_WHAT YOU WILL DO_:
Return each line in the records below that includes "DIRECTION".

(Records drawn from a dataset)
*** Block opens ***

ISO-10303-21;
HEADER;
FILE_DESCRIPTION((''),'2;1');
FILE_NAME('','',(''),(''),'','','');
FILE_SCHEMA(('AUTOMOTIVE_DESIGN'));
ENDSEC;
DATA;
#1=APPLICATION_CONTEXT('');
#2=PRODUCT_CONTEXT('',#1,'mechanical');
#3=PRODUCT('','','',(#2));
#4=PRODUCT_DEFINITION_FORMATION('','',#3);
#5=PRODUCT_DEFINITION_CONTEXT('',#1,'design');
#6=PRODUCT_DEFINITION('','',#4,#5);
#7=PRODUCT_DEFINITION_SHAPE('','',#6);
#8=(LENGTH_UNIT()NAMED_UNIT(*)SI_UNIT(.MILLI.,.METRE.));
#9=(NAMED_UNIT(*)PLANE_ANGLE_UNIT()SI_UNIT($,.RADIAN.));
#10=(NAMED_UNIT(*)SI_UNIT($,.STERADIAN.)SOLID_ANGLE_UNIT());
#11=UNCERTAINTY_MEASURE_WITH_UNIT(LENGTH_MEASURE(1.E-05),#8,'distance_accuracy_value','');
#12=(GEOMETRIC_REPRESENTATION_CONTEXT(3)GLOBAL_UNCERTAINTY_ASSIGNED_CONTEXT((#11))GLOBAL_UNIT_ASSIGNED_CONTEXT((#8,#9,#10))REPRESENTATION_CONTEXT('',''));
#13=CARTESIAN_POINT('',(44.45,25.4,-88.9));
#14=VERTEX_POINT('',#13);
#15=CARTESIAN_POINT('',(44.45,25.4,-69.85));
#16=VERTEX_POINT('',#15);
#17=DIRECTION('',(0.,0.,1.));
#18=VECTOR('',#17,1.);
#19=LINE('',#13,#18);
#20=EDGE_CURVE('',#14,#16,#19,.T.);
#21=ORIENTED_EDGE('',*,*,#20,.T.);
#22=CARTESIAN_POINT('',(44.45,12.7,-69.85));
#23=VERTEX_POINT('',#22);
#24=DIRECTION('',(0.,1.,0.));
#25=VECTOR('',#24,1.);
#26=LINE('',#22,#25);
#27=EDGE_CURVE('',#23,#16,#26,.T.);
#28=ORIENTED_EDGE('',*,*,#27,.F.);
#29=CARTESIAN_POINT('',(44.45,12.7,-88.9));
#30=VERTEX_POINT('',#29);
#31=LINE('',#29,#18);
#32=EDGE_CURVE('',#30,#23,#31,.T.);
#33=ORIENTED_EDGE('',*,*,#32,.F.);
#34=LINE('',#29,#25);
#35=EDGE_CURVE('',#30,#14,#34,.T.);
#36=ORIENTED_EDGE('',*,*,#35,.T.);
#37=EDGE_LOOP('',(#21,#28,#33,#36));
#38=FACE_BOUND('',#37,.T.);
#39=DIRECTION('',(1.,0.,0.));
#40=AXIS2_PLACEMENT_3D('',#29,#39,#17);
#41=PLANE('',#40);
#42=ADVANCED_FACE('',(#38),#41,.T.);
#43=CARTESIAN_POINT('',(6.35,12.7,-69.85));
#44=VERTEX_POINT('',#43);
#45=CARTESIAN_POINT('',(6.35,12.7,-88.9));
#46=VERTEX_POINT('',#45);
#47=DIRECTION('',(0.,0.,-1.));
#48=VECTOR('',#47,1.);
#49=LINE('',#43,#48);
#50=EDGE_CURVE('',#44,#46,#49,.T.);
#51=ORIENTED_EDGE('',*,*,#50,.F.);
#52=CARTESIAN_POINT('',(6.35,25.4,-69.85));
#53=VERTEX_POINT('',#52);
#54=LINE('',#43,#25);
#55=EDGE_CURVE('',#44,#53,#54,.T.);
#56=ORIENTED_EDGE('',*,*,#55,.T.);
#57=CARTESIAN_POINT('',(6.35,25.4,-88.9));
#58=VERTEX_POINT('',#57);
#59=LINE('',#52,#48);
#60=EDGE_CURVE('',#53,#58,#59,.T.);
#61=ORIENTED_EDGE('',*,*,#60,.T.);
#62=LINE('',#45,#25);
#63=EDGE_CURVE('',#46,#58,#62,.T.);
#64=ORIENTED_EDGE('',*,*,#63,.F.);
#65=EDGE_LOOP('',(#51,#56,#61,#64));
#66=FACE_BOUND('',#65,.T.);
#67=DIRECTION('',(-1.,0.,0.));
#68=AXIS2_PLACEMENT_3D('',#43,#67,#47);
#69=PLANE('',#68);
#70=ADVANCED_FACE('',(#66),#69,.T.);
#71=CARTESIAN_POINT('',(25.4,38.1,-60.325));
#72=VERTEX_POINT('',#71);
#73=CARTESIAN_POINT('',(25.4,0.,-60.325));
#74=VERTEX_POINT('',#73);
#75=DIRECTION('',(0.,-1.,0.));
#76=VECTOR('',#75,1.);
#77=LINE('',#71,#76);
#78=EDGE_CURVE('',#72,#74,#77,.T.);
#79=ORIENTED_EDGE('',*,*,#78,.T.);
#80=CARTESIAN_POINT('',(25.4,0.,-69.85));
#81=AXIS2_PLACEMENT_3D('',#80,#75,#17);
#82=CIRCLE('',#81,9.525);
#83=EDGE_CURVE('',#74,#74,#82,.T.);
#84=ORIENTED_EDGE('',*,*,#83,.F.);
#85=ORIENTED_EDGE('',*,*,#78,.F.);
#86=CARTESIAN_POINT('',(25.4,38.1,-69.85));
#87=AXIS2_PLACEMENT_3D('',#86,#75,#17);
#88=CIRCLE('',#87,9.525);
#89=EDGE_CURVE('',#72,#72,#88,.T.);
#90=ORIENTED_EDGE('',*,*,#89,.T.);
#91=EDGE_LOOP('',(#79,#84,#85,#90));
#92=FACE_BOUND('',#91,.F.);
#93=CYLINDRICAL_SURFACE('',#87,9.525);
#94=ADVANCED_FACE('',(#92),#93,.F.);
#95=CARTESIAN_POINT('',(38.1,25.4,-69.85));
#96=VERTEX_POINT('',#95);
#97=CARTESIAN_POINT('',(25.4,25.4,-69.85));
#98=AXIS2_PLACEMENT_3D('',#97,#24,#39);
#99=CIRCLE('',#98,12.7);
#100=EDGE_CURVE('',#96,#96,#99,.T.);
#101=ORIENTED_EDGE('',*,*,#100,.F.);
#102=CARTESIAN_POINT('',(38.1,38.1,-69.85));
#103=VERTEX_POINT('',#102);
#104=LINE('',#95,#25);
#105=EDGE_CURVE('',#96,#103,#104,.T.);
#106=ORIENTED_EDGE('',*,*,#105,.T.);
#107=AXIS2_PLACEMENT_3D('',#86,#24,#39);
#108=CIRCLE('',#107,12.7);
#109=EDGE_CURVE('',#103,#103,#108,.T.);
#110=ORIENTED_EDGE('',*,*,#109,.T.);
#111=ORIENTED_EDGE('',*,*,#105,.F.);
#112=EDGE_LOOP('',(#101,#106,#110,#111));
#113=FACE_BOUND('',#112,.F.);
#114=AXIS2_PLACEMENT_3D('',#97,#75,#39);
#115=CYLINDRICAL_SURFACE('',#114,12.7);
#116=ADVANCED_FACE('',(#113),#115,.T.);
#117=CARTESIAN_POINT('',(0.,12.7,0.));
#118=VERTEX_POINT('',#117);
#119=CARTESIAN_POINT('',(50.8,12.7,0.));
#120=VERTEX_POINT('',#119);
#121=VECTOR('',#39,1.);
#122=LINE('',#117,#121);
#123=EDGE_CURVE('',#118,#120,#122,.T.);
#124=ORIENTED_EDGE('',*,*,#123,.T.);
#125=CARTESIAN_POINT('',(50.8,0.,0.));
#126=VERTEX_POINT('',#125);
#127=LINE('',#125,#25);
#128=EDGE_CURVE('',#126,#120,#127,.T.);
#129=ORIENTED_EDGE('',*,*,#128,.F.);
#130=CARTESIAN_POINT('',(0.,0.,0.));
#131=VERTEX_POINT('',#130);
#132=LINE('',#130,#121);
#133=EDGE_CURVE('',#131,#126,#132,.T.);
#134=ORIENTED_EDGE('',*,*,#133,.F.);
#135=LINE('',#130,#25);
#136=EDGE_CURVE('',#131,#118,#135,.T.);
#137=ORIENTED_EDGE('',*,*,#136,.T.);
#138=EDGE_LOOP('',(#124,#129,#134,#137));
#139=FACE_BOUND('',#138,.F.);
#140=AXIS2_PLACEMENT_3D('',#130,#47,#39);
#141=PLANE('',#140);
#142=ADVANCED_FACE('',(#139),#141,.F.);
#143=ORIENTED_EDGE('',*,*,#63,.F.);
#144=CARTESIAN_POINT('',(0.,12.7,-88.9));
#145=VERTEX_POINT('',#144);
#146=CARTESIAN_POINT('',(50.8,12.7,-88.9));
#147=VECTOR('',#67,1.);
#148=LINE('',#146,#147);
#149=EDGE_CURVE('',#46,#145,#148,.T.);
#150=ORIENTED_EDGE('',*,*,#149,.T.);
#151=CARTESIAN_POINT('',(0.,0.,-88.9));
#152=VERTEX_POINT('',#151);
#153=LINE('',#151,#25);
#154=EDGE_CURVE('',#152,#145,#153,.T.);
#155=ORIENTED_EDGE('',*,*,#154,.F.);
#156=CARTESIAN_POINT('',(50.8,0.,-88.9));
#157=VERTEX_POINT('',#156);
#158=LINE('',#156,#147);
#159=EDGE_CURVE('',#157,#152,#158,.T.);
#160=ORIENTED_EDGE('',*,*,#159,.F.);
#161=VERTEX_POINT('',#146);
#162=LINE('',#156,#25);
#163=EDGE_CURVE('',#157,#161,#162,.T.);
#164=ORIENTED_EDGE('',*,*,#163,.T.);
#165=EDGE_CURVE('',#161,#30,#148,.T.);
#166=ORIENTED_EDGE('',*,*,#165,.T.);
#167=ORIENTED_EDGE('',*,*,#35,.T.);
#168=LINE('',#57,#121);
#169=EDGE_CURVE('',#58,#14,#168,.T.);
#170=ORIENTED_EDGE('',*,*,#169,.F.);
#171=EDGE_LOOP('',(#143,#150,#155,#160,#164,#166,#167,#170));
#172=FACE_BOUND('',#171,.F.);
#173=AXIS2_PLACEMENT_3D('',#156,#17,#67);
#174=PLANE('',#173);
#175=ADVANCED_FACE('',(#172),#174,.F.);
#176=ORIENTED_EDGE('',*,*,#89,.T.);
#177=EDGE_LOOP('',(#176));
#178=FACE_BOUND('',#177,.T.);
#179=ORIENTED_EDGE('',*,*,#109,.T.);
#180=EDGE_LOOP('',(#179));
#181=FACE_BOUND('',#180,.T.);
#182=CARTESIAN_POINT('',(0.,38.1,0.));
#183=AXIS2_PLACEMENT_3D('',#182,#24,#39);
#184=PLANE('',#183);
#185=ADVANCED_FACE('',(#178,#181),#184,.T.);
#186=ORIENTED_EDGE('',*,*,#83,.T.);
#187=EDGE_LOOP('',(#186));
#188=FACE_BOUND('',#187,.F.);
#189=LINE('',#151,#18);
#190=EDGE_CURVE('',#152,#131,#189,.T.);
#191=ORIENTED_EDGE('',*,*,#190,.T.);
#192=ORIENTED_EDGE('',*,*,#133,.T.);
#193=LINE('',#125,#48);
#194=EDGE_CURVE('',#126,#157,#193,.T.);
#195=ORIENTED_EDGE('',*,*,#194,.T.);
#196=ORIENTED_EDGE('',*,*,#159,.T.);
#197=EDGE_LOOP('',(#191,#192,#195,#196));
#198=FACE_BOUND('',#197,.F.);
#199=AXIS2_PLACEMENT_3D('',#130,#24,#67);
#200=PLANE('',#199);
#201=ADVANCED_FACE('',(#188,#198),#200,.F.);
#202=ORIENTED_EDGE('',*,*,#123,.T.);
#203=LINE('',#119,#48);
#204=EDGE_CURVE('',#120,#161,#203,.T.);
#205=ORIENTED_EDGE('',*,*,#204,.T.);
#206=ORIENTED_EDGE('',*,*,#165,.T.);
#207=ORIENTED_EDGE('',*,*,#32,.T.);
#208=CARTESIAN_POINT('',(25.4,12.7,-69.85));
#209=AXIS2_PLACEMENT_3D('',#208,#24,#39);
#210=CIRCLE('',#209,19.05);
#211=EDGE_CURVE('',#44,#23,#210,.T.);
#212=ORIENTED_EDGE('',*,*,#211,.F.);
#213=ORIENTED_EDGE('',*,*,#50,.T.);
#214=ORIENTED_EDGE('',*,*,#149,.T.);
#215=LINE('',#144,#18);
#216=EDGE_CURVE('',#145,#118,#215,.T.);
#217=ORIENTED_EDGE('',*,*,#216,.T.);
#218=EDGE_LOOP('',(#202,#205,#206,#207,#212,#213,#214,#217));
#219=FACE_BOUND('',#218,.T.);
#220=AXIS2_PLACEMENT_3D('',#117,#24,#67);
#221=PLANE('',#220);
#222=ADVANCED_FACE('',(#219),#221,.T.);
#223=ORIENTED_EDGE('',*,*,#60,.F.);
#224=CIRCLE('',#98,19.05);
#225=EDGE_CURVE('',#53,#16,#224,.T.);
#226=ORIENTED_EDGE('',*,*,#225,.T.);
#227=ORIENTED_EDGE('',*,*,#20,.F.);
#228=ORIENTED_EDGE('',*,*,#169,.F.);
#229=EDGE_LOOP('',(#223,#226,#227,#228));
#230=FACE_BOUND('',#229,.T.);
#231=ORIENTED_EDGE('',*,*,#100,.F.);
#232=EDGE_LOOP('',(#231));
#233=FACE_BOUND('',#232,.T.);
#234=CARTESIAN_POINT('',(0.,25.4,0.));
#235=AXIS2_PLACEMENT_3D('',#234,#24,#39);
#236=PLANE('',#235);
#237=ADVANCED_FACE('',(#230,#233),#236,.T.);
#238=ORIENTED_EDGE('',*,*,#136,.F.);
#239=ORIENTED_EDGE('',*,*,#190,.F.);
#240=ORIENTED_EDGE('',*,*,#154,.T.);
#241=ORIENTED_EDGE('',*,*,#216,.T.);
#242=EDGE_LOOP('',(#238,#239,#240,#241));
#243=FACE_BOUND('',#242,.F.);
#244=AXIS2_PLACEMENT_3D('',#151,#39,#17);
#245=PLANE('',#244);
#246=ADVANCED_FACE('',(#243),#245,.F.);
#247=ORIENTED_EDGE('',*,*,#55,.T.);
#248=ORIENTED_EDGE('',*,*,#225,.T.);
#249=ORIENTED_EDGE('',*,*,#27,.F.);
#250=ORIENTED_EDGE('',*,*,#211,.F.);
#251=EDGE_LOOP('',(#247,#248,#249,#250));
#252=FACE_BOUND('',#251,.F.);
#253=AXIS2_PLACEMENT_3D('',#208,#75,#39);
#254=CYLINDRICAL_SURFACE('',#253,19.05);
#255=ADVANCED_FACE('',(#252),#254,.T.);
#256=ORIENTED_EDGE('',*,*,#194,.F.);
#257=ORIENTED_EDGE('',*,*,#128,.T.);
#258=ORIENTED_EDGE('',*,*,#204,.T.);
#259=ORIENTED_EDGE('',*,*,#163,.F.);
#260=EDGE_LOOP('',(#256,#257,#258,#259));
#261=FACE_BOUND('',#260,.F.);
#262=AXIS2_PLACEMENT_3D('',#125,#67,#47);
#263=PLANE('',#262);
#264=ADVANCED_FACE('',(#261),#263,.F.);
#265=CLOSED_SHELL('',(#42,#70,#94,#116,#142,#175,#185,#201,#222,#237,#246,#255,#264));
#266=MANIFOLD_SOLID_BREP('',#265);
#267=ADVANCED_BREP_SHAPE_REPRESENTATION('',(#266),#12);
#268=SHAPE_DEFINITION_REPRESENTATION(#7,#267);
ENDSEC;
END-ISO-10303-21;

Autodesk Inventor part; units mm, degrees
ref_plane "YZ Plane" through (0, 0, 0) normal (1, 0, 0) x (0, 1, 0)
ref_plane "XZ Plane" through (0, 0, 0) normal (0, 1, 0) x (-1, 0, 0)
ref_plane "XY Plane" through (0, 0, 0) normal (0, 0, 1) x (1, 0, 0)
sketch "Sketch1" plane through (0, 0, 0) normal (0, 1, 0) x (-1, 0, 0)
  line L0 (0, 0) -> (-50.8, 0)
  line L1 (-50.8, 0) -> (-50.8, -88.9)
  line L2 (-50.8, -88.9) -> (0, -88.9)
  line L3 (0, -88.9) -> (0, 0)
  dimension "d0" = 50.8
  dimension "d1" = 88.9
extrude "Extrusion1" add sketch "Sketch1" along normal blind 12.7
sketch "Sketch2" plane through (0, 12.7, 0) normal (0, 1, 0) x (1, 0, 0)
  line L0 (50.8, 0) -> (50.8, 88.9) projected
  line L1 (50.8, 88.9) -> (0, 88.9) projected
  line L2 (0, 88.9) -> (0, 0) projected
  line L3 (6.35, 88.9) -> (44.45, 88.9)
  line L4 (44.45, 88.9) -> (44.45, 69.85)
  line L5 (44.45, 69.85) -> (6.35, 69.85)
  line L6 (6.35, 69.85) -> (6.35, 88.9)
  line L7 (6.35, 79.375) -> (0, 79.375) construction
  line L8 (44.45, 79.375) -> (50.8, 79.375) construction
  circle A0 centre (25.4, 69.85) radius 19.05
  dimension "d4" = 19.05
  dimension "d5" = 6.35
extrude "Extrusion2" add sketch "Sketch2" along normal blind 12.7
sketch "Sketch3" plane through (0, 25.4, 0) normal (0, 1, 0) x (1, 0, 0)
  arc A0 (6.35, 69.85) -> (44.45, 69.85) centre (25.4, 69.85) ccw projected
  circle A1 centre (25.4, 69.85) radius 12.7
  point P0 (0, 0)
  dimension "d8" = 25.4
extrude "Extrusion3" add sketch "Sketch3" along normal blind 12.7
sketch "Sketch6" plane through (0, 12.7, 0) normal (0, 1, 0) x (1, 0, 0)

*** Block closes ***

_RESPONSE AREA_:
#17=DIRECTION('',(0.,0.,1.));
#24=DIRECTION('',(0.,1.,0.));
#39=DIRECTION('',(1.,0.,0.));
#47=DIRECTION('',(0.,0.,-1.));
#67=DIRECTION('',(-1.,0.,0.));
#75=DIRECTION('',(0.,-1.,0.));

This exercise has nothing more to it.